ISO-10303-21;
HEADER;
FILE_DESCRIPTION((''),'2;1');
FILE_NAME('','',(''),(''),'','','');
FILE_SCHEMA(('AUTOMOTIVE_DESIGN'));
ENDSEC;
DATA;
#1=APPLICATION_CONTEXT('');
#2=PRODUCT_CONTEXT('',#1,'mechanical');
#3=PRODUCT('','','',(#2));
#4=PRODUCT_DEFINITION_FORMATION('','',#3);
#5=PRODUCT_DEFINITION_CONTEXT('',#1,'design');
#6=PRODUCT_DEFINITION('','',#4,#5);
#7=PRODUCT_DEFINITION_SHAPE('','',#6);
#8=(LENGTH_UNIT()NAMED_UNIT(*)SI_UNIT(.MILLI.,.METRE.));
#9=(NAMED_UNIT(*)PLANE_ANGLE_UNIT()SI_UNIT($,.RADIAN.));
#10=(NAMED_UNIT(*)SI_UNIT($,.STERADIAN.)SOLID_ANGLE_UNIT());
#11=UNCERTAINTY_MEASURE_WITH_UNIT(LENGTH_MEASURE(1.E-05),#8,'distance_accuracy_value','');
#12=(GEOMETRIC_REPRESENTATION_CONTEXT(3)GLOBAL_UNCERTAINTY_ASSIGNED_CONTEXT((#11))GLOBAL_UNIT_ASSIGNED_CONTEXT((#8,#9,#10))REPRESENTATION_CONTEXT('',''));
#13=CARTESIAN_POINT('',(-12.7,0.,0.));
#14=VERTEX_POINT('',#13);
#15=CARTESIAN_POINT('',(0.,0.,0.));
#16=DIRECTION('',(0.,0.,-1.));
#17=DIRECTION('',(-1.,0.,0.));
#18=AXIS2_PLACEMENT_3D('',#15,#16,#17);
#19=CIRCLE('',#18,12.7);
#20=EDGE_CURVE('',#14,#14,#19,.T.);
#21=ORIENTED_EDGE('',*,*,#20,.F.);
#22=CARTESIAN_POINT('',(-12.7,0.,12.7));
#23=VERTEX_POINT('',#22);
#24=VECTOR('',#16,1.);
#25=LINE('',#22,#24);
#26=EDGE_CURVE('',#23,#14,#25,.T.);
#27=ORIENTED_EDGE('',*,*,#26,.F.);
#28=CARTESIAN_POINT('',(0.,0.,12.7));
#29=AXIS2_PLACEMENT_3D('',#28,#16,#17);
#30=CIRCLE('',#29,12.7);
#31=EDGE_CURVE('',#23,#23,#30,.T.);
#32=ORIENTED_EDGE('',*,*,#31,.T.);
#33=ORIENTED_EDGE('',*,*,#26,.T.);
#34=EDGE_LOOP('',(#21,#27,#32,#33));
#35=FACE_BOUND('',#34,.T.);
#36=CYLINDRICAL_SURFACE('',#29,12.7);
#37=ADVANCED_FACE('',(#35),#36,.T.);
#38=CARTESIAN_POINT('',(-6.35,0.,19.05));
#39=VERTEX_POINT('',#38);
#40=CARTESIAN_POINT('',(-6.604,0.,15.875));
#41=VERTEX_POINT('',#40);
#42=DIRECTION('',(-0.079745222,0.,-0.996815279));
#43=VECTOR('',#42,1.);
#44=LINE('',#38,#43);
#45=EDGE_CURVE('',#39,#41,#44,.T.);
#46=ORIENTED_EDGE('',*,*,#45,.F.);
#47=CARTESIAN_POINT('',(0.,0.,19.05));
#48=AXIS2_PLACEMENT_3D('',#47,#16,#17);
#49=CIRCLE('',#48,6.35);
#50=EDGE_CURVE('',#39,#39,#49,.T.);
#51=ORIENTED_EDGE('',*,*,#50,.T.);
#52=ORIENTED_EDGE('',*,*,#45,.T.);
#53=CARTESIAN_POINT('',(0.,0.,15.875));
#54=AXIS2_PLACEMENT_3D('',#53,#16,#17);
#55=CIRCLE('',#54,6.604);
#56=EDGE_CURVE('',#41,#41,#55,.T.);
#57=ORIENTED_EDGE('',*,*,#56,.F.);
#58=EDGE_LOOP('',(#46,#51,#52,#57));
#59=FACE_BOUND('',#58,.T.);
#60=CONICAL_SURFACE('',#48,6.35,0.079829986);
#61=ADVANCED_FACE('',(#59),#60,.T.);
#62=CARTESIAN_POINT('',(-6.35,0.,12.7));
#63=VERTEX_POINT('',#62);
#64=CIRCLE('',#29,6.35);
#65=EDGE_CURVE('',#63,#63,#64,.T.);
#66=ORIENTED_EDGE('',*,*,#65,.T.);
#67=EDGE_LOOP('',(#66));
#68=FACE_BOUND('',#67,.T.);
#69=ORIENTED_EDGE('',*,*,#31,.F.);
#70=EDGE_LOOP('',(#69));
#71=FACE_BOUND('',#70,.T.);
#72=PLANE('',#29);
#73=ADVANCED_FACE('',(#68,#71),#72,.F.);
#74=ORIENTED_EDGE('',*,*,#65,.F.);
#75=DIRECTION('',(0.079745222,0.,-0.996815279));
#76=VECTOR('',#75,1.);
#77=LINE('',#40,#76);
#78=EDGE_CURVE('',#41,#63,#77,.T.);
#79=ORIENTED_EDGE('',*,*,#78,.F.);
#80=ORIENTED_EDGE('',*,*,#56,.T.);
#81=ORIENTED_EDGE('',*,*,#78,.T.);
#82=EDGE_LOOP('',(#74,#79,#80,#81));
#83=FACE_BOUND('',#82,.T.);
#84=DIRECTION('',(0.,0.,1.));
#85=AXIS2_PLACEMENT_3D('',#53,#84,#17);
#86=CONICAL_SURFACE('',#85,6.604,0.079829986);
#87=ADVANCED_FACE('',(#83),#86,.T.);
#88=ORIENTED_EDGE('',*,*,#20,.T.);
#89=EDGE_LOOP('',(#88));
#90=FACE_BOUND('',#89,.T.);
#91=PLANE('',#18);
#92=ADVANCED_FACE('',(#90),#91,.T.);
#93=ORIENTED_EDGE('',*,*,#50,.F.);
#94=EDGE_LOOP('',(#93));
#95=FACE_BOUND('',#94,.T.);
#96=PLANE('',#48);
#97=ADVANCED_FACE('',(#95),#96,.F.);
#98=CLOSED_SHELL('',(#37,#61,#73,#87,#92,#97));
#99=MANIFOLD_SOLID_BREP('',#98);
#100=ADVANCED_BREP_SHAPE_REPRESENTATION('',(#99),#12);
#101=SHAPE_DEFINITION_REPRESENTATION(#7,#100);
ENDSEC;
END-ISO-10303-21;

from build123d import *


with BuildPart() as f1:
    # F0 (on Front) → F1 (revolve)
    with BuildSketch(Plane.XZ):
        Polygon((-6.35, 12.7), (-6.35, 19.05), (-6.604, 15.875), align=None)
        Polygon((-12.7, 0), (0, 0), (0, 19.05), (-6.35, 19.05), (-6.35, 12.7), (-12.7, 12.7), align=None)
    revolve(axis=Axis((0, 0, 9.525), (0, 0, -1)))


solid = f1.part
○ ○ ○ ○
→ The problem
Reproduce exactly, please, only the lines from the start of the data above to the line that contains "#25=LINE('',#22,#24);", with both ends kept.

→ Exercise output
ISO-10303-21;
HEADER;
FILE_DESCRIPTION((''),'2;1');
FILE_NAME('','',(''),(''),'','','');
FILE_SCHEMA(('AUTOMOTIVE_DESIGN'));
ENDSEC;
DATA;
#1=APPLICATION_CONTEXT('');
#2=PRODUCT_CONTEXT('',#1,'mechanical');
#3=PRODUCT('','','',(#2));
#4=PRODUCT_DEFINITION_FORMATION('','',#3);
#5=PRODUCT_DEFINITION_CONTEXT('',#1,'design');
#6=PRODUCT_DEFINITION('','',#4,#5);
#7=PRODUCT_DEFINITION_SHAPE('','',#6);
#8=(LENGTH_UNIT()NAMED_UNIT(*)SI_UNIT(.MILLI.,.METRE.));
#9=(NAMED_UNIT(*)PLANE_ANGLE_UNIT()SI_UNIT($,.RADIAN.));
#10=(NAMED_UNIT(*)SI_UNIT($,.STERADIAN.)SOLID_ANGLE_UNIT());
#11=UNCERTAINTY_MEASURE_WITH_UNIT(LENGTH_MEASURE(1.E-05),#8,'distance_accuracy_value','');
#12=(GEOMETRIC_REPRESENTATION_CONTEXT(3)GLOBAL_UNCERTAINTY_ASSIGNED_CONTEXT((#11))GLOBAL_UNIT_ASSIGNED_CONTEXT((#8,#9,#10))REPRESENTATION_CONTEXT('',''));
#13=CARTESIAN_POINT('',(-12.7,0.,0.));
#14=VERTEX_POINT('',#13);
#15=CARTESIAN_POINT('',(0.,0.,0.));
#16=DIRECTION('',(0.,0.,-1.));
#17=DIRECTION('',(-1.,0.,0.));
#18=AXIS2_PLACEMENT_3D('',#15,#16,#17);
#19=CIRCLE('',#18,12.7);
#20=EDGE_CURVE('',#14,#14,#19,.T.);
#21=ORIENTED_EDGE('',*,*,#20,.F.);
#22=CARTESIAN_POINT('',(-12.7,0.,12.7));
#23=VERTEX_POINT('',#22);
#24=VECTOR('',#16,1.);
#25=LINE('',#22,#24);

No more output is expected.